This study has been terminated.
Information provided by (Responsible Party):
Assistance Publique - Hôpitaux de Paris Identifier:
First received: June 2, 2010
Last updated: December 10, 2012
Last verified: December 2012
Phototherapy is almost (beside exchange transfusion) the unique treatment for hyperbilirubinemia of the newborn. Its efficacy to decrease bilirubin level (because the light interacts with bilirubin at the skin level to transform it in water soluble products eliminated in urine and stools without liver metabolism) relies on the irradiance dispensed at the skin level by the device (in the 430-490nm range) and on the exposed surface of the baby. In the past years, technology of phototherapy devices moved from fluorescent lamps to LED, improving the amount of light energy emitted but on a smaller surface. The purpose of the study is to compare the efficacy of three ramps of phototherapy, one equipped with fluorescent tubes and two with LED (in a different technological settings) in the treatment of term (35 GW or more) healthy newborn suffering hyperbilirubinemia after 2days of life.

Condition Intervention
Device: Phototherapy

Study Type: Interventional
Study Design: Allocation: Randomized
Intervention Model: Parallel Assignment
Masking: Open Label
Primary Purpose: Treatment
Official Title: Comparison of Light-emitting Diodes (LED) Phototherapy Versus Fluorescent Lamps Phototherapy for Treatment of Hyperbilirubinemia in Term Newborn

Resource links provided by NLM:

Further study details as provided by Assistance Publique - Hôpitaux de Paris:

Primary Outcome Measures:
  • Bilirubinemia [ Time Frame: 24 hours ]

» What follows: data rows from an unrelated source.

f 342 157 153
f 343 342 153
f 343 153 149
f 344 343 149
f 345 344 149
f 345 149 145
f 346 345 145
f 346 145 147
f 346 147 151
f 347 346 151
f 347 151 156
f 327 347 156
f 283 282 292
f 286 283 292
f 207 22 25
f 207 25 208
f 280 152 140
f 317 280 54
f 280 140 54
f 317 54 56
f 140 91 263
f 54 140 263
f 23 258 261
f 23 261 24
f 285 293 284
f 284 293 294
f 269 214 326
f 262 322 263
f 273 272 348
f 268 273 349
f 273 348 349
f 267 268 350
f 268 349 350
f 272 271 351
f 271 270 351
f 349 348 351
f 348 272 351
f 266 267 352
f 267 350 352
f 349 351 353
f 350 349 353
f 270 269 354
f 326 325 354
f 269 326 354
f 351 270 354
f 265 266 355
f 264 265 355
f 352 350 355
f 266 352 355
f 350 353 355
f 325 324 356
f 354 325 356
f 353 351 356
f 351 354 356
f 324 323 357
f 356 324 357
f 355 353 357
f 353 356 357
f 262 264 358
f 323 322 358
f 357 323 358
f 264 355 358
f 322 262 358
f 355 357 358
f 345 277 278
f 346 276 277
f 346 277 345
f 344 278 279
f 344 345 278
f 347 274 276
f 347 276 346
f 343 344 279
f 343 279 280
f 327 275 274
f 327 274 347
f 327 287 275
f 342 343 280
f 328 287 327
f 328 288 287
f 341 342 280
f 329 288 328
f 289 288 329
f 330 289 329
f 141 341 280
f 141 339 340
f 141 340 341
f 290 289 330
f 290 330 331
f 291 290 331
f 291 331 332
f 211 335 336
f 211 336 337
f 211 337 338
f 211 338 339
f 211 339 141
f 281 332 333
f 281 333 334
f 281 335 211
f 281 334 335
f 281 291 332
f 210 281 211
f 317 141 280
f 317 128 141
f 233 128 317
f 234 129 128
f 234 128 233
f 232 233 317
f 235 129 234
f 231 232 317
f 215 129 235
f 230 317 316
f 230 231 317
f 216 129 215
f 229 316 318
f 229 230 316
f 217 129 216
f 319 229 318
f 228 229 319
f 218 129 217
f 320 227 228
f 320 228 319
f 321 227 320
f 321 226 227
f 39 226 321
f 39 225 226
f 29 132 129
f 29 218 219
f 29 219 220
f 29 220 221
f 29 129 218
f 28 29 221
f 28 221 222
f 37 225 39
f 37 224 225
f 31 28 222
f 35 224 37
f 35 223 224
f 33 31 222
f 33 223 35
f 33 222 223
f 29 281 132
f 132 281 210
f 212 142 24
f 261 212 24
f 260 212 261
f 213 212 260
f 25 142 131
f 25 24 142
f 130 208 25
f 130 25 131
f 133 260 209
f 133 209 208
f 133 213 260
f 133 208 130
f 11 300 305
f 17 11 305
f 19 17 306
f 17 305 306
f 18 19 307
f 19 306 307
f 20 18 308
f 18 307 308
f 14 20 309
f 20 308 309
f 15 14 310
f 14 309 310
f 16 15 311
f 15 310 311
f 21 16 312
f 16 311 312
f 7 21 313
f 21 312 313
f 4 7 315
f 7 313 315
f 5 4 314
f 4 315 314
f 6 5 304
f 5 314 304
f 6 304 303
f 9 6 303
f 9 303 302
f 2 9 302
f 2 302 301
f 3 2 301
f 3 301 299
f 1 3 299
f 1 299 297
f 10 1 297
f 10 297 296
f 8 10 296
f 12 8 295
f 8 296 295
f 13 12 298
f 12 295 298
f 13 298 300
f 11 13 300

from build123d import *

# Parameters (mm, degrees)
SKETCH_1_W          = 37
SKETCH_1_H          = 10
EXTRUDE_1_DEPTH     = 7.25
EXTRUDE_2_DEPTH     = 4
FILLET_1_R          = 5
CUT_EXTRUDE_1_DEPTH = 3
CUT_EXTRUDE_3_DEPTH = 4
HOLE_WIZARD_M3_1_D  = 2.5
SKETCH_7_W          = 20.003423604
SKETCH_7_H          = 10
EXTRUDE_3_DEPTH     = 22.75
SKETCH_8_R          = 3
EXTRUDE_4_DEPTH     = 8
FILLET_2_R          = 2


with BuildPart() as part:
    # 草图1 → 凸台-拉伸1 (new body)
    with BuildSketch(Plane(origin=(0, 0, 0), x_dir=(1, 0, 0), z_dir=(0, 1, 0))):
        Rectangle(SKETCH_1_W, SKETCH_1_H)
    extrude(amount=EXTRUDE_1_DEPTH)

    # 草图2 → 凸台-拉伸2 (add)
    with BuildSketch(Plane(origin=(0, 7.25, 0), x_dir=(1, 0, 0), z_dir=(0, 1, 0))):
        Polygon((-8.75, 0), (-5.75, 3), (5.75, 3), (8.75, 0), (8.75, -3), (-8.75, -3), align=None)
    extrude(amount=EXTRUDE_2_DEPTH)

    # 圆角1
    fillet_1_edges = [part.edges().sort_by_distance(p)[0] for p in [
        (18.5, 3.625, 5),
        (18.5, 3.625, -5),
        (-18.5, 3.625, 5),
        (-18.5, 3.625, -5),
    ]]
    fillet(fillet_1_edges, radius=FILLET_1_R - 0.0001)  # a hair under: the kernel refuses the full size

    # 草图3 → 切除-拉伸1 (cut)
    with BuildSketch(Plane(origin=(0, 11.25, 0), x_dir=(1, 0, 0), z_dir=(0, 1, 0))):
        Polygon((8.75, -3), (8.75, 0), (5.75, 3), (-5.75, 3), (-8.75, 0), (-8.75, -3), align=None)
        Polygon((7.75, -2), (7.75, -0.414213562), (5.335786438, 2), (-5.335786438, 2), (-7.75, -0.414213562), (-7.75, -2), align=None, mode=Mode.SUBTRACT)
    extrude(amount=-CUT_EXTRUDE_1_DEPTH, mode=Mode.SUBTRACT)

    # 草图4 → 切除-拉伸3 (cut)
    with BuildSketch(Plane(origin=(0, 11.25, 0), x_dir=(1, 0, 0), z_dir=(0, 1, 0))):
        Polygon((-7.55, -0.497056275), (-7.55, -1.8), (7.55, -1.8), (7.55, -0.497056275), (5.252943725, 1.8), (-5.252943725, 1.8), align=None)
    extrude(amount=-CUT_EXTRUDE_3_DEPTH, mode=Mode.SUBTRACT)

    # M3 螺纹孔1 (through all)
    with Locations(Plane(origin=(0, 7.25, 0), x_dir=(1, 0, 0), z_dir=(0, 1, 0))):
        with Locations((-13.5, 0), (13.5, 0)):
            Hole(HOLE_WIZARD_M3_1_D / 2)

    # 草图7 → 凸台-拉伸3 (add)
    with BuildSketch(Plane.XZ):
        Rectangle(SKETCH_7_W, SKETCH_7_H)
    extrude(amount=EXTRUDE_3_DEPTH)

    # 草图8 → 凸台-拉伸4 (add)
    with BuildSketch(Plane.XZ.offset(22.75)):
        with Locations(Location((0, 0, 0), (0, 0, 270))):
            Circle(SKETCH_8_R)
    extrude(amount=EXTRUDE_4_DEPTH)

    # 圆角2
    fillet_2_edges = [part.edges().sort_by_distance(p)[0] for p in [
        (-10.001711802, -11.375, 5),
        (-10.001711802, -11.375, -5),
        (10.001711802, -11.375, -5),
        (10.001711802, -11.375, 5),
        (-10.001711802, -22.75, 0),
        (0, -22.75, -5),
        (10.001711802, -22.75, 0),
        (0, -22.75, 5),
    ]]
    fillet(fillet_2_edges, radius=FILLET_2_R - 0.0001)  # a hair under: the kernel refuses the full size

Secondary Outcome Measures:
  • Evolution of bilirubinemia according to the device used [ Time Frame: 6, 12,24, 48, 72 hours ]
  • Hyperbilirubinemia rebound according to the device used [ Time Frame: 24 and 48 hours after discontinuation ]

Enrollment: 44
Study Start Date: January 2010
Study Completion Date: March 2012
Primary Completion Date: October 2011 (Final data collection date for primary outcome measure)
Arms Assigned Interventions
Experimental: LEDDYBLOO®
LEDDYBLOO® phototherapy device equipped with 20 at 30 blue and white LEDs
Device: Phototherapy
Phototherapy devices of ramp type placed over the incubator to treat with light in the 420-490nm range one face of the naked baby suffering jaundice.
Experimental: Double BILITRON®
Double BILITRON® phototherapy corresponding to two small ramps associated together each one equipped of 5 blue LEDS
Device: Phototherapy
Phototherapy devices of ramp type placed over the incubator to treat with light in the 420-490nm range one face of the naked baby suffering jaundice.
Experimental: Futura®
Future phototherapy device equipped with 8 fluorescent tubes
Device: Phototherapy
Phototherapy devices of ramp type placed over the incubator to treat with light in the 420-490nm range one face of the naked baby suffering jaundice.

Detailed Description:
Term and healthy newborns on maternity wards in SAINT-ANTOINE hospital are checked everyday for jaundice with bilirubinometer JM-103®. If indicated (nomogram included in patient charts), a plasmatic bilirubin level is performed. If the baby is two days old or more with a bilirubin level indicating standard phototherapy (by opposition to intensive phototherapy), the parents are informed of the research protocol and after obtention of parental consent, the baby is included. The newborn is admitted in the neonatology unit and randomised in one of the three phototherapy devices group. Plasmatic bilirubin levels are checked at 6,12 and 24 and 48 hours of phototherapy. At 12 hours of phototherapy, a biological checking is performed to address the etiology of the jaundice. The next plasmatic bilirubin level is performed at 72h after inclusion. During phototherapy treatment the baby is continuously monitored. Phototherapy is stopped when bilirubin level is below 200µmol/l. If the bilirubin level is increasing under one of this ramps or does not decrease at H24, the baby will be immediately move on intensive phototherapy and participation at the research protocol interrupted. Twenty four hours after the end of phototherapy treatment, plasmatic bilirubin level is checked to confirm the end of jaundice and statement is made for jaundice origin. The total duration of participation of a baby at this study is 72 hours.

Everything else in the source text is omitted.